EXTRACTED MATERIAL ▸
□ □ □ □ □ □ □

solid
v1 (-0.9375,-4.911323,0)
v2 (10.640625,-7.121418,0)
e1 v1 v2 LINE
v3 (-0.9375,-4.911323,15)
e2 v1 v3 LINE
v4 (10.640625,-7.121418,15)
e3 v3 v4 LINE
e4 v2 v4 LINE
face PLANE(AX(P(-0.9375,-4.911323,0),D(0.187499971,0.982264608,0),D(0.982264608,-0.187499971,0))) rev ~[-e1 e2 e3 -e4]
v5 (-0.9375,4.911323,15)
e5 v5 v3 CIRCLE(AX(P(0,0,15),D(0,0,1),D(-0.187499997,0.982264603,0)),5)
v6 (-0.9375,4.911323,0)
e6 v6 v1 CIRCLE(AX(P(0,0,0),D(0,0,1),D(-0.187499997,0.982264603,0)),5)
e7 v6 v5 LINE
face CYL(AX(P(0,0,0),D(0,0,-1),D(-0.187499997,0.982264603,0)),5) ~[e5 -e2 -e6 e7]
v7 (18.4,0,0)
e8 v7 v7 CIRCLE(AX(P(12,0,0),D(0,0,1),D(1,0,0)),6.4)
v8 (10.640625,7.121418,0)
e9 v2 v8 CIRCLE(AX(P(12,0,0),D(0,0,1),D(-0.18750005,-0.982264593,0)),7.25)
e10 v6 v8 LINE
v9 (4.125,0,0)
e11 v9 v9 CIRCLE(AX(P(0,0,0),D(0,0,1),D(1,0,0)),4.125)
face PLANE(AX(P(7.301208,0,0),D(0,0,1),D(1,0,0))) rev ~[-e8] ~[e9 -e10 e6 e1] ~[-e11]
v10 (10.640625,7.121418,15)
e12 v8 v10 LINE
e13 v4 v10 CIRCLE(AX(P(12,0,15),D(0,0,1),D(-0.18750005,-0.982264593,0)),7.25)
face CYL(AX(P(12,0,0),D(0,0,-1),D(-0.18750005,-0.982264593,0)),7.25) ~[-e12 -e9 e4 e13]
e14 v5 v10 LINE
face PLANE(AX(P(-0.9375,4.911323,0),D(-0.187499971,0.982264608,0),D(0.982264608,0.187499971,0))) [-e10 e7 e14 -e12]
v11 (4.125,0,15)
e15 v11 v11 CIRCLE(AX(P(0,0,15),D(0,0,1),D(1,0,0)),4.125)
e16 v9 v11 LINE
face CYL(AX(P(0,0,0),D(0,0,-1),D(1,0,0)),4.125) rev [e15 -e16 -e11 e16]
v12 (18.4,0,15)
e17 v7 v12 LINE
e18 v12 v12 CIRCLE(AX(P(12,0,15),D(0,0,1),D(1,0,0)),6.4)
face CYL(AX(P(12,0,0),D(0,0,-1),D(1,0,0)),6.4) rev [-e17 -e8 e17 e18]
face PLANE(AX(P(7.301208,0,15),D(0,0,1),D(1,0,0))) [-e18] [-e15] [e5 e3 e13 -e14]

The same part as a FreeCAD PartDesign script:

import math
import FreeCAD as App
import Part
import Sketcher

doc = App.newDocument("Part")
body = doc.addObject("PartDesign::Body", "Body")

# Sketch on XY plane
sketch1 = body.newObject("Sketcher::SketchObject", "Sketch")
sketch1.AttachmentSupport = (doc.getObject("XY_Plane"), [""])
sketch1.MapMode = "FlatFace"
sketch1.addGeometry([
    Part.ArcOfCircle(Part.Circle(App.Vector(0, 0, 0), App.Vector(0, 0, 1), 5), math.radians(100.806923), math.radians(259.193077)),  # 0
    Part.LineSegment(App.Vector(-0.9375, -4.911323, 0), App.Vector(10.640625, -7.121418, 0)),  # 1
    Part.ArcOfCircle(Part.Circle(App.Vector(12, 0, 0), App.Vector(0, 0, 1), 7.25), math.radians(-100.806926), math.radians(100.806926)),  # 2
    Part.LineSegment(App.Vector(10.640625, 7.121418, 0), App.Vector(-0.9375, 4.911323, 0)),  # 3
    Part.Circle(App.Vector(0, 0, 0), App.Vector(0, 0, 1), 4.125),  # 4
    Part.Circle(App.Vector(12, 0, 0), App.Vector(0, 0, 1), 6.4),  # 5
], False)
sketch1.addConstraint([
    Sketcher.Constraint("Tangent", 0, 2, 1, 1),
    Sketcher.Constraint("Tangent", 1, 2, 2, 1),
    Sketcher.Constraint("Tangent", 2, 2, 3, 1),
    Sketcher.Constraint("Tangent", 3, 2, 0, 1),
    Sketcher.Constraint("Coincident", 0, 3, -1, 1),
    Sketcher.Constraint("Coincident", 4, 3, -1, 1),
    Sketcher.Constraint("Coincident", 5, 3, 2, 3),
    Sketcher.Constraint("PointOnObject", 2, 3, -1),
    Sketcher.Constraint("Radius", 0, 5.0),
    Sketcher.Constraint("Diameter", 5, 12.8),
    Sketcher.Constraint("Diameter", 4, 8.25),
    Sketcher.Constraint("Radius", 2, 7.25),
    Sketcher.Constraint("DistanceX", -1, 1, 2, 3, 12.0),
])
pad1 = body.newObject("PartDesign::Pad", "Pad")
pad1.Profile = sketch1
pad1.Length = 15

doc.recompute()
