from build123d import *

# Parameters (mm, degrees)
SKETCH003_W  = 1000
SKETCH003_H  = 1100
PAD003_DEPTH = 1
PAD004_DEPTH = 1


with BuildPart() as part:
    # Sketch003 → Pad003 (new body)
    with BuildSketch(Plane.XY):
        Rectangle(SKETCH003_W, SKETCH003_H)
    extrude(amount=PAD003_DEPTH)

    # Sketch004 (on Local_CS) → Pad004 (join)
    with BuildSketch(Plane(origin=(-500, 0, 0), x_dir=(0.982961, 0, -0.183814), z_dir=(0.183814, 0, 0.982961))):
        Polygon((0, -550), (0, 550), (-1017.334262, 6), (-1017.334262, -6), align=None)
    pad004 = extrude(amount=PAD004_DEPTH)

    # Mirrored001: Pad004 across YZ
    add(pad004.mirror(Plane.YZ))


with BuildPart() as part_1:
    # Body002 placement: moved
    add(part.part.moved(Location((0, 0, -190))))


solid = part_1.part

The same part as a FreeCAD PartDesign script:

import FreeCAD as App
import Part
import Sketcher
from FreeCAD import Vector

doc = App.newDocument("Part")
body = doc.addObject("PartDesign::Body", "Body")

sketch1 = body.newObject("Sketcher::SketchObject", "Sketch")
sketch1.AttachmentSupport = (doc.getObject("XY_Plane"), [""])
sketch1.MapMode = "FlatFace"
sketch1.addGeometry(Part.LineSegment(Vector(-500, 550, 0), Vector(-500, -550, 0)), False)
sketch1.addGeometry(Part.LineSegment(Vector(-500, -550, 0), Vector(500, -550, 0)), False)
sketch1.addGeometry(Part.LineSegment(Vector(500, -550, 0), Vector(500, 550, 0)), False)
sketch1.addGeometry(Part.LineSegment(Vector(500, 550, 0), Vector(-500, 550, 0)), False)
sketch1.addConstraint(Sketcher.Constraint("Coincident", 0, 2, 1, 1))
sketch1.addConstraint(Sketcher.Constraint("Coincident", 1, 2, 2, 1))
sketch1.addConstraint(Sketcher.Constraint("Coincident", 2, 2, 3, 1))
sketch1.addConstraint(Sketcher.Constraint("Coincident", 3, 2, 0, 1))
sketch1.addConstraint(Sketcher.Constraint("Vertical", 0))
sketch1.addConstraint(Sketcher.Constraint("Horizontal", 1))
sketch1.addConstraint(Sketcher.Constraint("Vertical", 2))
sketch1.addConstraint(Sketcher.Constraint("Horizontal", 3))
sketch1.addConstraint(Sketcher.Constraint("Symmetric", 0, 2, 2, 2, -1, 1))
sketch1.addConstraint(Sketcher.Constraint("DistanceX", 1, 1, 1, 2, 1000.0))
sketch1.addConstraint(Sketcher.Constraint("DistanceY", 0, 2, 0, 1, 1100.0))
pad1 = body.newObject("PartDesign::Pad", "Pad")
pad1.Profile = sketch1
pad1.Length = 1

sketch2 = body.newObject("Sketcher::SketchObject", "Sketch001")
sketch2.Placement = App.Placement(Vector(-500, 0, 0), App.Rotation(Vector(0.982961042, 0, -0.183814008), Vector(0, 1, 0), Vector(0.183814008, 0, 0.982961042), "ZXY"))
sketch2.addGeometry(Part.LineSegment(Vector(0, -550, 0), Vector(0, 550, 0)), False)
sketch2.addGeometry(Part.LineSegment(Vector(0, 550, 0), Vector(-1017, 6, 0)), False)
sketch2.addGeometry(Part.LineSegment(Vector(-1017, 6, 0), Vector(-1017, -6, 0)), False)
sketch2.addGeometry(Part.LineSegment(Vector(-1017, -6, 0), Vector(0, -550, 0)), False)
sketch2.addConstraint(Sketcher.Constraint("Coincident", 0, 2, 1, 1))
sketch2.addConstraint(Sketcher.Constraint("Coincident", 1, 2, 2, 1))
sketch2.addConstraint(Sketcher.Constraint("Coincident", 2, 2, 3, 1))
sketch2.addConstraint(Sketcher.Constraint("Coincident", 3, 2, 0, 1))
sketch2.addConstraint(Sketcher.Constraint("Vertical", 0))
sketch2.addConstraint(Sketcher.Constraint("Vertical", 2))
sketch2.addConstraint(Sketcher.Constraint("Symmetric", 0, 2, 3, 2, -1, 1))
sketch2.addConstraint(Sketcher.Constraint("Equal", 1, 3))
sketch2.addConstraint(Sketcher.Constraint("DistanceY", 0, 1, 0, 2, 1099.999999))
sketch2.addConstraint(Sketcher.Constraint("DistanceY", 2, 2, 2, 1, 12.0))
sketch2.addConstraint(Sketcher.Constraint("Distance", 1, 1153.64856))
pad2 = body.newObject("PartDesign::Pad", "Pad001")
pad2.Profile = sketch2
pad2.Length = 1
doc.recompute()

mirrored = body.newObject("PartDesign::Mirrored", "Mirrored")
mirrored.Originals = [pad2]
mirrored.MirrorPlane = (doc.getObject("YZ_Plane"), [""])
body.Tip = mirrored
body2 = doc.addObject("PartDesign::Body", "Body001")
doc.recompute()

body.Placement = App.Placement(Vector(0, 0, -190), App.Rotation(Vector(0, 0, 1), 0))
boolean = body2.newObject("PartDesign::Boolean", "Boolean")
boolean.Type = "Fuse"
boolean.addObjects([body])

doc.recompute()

□ □ □ □ □ □ □

EXERCISE DESCRIPTION ▸ Look over the entries above and count the lines where the word "BuildPart" appears, then report only that count.

RESULT ▸ 2